--- Exercise description ---
Please repeat the lines below exactly. Begin with the line containing "v -30.129 6.752 0" and go on through the line containing "v -30.129 16.681 0".

--- Provided records ---
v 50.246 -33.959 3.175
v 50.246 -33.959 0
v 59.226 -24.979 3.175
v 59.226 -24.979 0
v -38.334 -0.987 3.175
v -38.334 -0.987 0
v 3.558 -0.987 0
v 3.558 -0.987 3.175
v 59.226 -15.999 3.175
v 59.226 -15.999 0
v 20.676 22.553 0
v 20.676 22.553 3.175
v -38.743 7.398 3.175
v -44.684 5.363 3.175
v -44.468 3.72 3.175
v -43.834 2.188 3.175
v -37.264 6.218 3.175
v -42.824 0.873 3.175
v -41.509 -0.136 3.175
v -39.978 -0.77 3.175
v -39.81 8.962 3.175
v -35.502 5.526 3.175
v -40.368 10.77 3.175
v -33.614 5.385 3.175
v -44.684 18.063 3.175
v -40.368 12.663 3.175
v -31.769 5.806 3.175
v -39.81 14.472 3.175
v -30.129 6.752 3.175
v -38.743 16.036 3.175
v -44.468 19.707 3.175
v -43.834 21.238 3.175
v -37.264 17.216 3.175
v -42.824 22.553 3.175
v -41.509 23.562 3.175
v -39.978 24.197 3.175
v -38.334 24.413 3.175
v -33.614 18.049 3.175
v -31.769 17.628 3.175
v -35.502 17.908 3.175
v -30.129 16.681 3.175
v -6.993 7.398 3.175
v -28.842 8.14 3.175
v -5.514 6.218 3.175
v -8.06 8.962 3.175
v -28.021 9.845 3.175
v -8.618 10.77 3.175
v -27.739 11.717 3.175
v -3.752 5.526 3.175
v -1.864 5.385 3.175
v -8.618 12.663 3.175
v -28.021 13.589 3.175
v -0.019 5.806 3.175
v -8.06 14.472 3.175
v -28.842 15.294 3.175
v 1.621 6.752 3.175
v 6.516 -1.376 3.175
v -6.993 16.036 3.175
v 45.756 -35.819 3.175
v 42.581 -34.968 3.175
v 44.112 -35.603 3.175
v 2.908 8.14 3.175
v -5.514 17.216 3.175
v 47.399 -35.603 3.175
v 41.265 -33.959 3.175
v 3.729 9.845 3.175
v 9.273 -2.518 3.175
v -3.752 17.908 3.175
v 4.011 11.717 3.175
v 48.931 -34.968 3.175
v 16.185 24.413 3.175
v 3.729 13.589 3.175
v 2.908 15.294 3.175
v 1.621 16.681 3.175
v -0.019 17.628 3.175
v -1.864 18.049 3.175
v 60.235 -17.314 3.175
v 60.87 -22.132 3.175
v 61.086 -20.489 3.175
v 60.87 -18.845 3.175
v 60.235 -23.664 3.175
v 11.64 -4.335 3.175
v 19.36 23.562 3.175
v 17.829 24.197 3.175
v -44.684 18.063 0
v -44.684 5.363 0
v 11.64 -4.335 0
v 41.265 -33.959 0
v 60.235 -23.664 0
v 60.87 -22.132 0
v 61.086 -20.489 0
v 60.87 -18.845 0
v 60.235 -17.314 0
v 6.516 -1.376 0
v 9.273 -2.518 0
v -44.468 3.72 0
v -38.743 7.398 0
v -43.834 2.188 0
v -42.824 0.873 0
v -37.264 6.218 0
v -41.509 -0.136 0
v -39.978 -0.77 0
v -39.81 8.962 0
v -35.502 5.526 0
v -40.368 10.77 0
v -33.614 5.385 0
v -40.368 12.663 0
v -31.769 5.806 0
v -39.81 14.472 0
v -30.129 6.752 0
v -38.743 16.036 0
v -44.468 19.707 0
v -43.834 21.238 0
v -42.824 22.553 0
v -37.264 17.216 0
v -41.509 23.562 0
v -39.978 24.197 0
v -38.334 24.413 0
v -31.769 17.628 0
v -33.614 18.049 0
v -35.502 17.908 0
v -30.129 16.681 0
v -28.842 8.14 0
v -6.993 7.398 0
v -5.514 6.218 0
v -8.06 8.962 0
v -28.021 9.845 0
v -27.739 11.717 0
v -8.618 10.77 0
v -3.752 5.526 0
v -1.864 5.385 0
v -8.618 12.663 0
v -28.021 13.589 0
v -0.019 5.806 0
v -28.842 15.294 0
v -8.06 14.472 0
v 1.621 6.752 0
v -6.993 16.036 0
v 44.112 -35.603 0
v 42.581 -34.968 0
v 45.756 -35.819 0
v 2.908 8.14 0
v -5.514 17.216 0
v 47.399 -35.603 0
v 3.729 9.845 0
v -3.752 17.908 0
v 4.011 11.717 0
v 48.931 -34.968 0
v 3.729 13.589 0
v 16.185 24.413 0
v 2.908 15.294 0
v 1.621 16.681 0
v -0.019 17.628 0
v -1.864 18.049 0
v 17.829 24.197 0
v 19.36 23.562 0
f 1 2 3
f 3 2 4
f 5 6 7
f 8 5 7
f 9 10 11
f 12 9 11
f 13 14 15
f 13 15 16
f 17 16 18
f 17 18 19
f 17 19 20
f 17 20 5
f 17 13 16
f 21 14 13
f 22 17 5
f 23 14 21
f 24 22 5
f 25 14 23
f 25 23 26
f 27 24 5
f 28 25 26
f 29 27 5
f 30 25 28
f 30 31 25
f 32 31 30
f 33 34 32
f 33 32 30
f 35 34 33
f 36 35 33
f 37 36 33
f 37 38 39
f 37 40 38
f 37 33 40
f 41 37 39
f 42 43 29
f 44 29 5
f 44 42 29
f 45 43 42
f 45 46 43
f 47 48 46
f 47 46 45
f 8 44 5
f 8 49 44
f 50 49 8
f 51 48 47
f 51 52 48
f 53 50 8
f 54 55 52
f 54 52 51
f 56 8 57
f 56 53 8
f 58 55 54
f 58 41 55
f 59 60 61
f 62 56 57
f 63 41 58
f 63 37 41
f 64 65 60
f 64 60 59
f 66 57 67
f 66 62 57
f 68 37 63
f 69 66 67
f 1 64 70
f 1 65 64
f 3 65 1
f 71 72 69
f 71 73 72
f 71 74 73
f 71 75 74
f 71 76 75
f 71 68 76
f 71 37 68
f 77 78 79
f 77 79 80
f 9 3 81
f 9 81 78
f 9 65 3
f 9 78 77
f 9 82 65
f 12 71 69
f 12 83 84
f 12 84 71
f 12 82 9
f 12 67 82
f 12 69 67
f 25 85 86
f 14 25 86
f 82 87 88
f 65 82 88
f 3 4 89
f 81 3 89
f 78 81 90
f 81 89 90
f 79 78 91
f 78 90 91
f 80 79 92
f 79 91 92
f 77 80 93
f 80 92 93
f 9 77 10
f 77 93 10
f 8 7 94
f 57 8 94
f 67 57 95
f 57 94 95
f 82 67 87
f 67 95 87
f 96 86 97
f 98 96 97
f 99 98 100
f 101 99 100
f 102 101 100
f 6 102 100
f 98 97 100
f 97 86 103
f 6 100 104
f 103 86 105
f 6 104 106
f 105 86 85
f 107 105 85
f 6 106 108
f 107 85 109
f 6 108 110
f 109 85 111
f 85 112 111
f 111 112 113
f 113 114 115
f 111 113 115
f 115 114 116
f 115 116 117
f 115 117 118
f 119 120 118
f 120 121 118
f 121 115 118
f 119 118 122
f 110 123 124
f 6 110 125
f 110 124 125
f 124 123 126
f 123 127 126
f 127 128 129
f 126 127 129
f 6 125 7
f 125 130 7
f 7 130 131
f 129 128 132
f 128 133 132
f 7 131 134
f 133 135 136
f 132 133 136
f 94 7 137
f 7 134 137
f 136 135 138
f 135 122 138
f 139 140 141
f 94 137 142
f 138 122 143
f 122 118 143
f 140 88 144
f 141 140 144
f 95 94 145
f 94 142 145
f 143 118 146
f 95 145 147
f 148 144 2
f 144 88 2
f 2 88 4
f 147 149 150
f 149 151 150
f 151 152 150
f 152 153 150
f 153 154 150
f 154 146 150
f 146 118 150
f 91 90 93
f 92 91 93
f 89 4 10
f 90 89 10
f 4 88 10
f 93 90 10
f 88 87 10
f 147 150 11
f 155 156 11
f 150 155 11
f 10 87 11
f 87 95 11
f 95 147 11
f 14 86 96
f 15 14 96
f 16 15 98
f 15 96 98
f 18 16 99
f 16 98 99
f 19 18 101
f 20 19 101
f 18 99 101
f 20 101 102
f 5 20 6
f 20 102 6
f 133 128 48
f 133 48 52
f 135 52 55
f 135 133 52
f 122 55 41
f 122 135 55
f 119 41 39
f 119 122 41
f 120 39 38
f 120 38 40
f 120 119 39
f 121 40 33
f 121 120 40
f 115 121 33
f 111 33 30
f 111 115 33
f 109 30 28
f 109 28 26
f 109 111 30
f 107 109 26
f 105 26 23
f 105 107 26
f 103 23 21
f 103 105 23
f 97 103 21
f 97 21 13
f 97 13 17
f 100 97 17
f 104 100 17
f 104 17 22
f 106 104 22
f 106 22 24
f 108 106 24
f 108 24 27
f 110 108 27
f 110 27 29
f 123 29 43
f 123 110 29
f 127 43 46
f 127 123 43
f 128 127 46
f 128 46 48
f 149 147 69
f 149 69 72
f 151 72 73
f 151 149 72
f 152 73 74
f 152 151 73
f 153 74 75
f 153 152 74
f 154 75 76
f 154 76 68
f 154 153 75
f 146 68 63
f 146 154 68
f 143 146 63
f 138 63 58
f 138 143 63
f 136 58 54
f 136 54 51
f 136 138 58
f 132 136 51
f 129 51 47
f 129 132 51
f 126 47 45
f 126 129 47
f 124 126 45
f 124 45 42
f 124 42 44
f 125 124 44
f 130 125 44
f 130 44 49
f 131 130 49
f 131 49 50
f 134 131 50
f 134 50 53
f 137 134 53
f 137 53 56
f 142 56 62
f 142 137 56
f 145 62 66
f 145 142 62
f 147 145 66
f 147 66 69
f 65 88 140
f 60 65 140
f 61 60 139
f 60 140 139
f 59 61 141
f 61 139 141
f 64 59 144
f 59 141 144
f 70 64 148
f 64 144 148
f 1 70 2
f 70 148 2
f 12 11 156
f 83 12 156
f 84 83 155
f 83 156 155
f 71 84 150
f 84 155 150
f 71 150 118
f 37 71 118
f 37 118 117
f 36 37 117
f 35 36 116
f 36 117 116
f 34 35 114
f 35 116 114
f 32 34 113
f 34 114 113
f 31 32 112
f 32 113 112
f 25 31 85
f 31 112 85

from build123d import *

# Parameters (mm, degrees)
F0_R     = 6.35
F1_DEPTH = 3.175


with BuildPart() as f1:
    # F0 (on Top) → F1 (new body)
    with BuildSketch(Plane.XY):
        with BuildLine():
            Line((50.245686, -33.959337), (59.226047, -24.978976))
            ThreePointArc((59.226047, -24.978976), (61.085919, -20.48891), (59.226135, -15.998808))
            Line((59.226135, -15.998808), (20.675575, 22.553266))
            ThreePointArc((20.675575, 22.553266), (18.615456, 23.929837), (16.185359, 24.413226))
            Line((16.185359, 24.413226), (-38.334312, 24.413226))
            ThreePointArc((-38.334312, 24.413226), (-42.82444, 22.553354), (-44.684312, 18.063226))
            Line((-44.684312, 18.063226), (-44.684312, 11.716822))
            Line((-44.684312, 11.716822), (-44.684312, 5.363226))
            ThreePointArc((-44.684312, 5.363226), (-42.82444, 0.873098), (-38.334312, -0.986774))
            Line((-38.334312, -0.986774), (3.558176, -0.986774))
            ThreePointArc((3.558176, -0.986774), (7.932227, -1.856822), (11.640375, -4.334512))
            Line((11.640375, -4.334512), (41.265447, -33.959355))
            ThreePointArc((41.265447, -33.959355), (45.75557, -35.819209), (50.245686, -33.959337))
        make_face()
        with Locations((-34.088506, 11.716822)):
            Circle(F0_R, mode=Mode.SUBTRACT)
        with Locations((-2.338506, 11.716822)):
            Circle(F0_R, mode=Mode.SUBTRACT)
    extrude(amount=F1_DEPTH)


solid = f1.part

--- Output of the exercise ---
v -30.129 6.752 0
v -38.743 16.036 0
v -44.468 19.707 0
v -43.834 21.238 0
v -42.824 22.553 0
v -37.264 17.216 0
v -41.509 23.562 0
v -39.978 24.197 0
v -38.334 24.413 0
v -31.769 17.628 0
v -33.614 18.049 0
v -35.502 17.908 0
v -30.129 16.681 0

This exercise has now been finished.